Alumna plunges into the ‘Shark Tank’

Rebecca Rescate is quite comfortable swimming with sharks.

The 2002 Northeastern graduate recently reappeared on ABC’s reality TV show Shark Tank, in which budding entrepreneurs pitch their businesses to a group of investors, known as “sharks.” Rescate is the first entrepreneur in the show’s history to return to pitch an entirely different product; both times, her problem-solving products have yielded a partnership with a land-borne investor.

“The show helped me realize my full potential as an entrepreneur,” said Rescate, a Northeastern alumna who earned a degree in media arts and design, with a minor in business. “I’ve acquired these skills of marketing and branding of consumer goods. I know how to launch them, sell them, and run a business around them, and I can replicate that for other businesses.”

Rescate’s entrepreneurial journey has taken many twists and turns. Newly married and fed up with her cat’s litter box stinking up her tiny Manhattan apartment, she developed a training kit that helps felines gradually transition to using the toilet. She launched CitiKitty in 2005 with $20,000 in wedding gift money and personal savings; it has since reaped more than $4 million in sales.

Rescate pitched CitiKitty on Shark Tank in 2011 and secured a partnership with shark Kevin Harrington, founder of TVGoods, Inc. and chairman of As Seen On TV, Inc. That success led her to meet Chris Hindley, the founder of HoodiePillow—a pillow with a stitched-in hoodie and easily accessible spaces for a smartphone and a pair of headphones. Recognizing the product’s mass market potential, Rescate partnered with Hindley—a decision that led her to dub herself “a mini-shark”—and recently returned to Shark Tank to showcase the company. (The episode was filmed in September, aired last Friday, and can be viewed at ABC.com.)

After receiving offers from four sharks, Rescate and Hindley secured a deal with Robert Herjavec, CEO of The Herjavec Group, a leading IT security and infrastructure integration firm. “I missed out on you once. I’m not going to do it again,” Herjavec told Rescate on the show. “I think you’re going to make it happen.”

Rescate—now a mother of three living in Pennsylvania—has drawn from her Northeastern experience to build herself into a successful entrepreneur. To build CitiKitty, she tapped into the graphic design, marketing, advertising, and accounting skills she learned in the classroom from her professors, whose expertise was grounded in real-world experience running campaigns for advertising agencies.

Rescate also credited a co-op experience working as a marketing intern for a furniture company in Washington D.C. “I saw the inner-workings of that company, and drawing from that real-world experience made my education that much more powerful.”

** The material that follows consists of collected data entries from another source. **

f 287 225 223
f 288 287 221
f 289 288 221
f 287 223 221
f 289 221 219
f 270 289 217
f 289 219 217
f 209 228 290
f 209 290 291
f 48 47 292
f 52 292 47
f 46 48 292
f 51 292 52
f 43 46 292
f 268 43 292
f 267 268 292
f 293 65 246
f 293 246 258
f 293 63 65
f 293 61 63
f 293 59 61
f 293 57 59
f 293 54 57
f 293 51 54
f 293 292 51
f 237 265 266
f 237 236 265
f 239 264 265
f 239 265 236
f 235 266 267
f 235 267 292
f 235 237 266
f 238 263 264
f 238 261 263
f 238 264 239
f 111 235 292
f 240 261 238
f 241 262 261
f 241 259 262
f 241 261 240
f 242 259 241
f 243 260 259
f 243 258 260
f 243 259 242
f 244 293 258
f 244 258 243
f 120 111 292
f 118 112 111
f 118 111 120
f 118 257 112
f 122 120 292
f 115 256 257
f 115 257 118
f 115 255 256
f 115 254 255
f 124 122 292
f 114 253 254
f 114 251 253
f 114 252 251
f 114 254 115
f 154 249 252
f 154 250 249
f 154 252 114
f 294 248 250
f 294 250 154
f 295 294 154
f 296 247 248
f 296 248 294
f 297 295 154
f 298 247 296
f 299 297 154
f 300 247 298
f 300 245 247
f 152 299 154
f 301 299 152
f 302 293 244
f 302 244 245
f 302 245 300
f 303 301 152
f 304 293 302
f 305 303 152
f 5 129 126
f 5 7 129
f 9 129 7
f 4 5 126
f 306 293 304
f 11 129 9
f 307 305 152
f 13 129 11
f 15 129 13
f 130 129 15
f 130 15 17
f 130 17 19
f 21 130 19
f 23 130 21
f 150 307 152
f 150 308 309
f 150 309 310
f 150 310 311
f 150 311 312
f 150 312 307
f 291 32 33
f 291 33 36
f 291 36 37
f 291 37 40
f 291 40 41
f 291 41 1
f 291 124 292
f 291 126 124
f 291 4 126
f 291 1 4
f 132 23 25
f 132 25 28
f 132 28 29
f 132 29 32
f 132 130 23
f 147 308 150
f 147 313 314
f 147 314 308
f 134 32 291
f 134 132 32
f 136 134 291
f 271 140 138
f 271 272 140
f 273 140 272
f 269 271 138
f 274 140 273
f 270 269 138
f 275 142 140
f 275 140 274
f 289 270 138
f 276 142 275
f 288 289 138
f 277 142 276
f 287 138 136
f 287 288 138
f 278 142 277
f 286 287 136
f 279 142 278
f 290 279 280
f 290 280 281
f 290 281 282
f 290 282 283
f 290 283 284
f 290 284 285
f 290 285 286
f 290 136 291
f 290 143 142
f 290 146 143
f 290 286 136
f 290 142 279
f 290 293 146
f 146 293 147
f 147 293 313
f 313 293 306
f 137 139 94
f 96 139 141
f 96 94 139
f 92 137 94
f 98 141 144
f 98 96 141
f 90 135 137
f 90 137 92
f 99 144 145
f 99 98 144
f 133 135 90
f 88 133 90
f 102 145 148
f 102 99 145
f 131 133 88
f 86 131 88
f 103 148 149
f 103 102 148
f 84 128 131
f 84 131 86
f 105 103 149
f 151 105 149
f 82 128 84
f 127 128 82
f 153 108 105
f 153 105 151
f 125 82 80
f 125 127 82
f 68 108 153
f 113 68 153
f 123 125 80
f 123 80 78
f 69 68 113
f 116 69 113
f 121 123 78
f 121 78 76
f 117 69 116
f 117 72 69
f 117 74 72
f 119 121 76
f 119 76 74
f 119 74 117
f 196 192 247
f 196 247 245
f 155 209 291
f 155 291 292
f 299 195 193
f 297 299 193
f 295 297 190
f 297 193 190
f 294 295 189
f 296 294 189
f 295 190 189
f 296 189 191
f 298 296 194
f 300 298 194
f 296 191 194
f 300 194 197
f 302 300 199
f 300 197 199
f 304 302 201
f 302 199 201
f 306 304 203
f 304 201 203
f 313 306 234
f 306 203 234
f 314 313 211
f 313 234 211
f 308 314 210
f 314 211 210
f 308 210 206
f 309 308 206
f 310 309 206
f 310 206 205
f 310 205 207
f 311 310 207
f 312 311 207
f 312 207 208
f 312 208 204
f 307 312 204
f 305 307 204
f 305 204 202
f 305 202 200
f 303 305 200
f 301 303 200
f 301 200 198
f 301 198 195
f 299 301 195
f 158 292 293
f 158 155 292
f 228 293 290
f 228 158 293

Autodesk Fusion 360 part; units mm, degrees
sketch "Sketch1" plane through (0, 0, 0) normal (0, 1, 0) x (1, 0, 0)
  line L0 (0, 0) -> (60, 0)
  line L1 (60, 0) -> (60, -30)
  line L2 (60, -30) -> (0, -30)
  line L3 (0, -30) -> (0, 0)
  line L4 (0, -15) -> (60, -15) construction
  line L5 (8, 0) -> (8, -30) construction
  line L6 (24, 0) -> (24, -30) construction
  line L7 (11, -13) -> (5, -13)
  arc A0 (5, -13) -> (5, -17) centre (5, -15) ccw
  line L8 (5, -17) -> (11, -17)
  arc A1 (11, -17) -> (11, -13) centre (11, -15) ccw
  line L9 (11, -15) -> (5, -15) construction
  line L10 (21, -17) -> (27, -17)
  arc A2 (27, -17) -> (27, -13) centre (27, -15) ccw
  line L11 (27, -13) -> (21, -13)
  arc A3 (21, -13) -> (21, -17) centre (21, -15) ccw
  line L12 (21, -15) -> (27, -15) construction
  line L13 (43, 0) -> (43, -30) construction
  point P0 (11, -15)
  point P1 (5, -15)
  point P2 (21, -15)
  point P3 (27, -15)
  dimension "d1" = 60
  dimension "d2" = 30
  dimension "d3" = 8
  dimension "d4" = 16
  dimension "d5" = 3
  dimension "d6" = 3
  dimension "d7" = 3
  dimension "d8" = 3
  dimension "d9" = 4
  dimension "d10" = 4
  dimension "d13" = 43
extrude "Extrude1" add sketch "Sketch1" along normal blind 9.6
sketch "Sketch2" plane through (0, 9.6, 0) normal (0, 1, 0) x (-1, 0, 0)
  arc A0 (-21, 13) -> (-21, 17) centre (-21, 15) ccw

Rescate has practical advice for entrepreneurial students, stressing the importance of identifying a problem to solve, a market to serve, and why you’re uniquely positioned to serve that market. She also noted that entrepreneurs must determine a dollar amount they’re willing to lose in order to make their businesses successful. “You can’t put yourself in financial jeopardy and your own well-being on the line to make a product successful,” she explained. “Identify an amount that if someone took it away tomorrow, you could live with it.”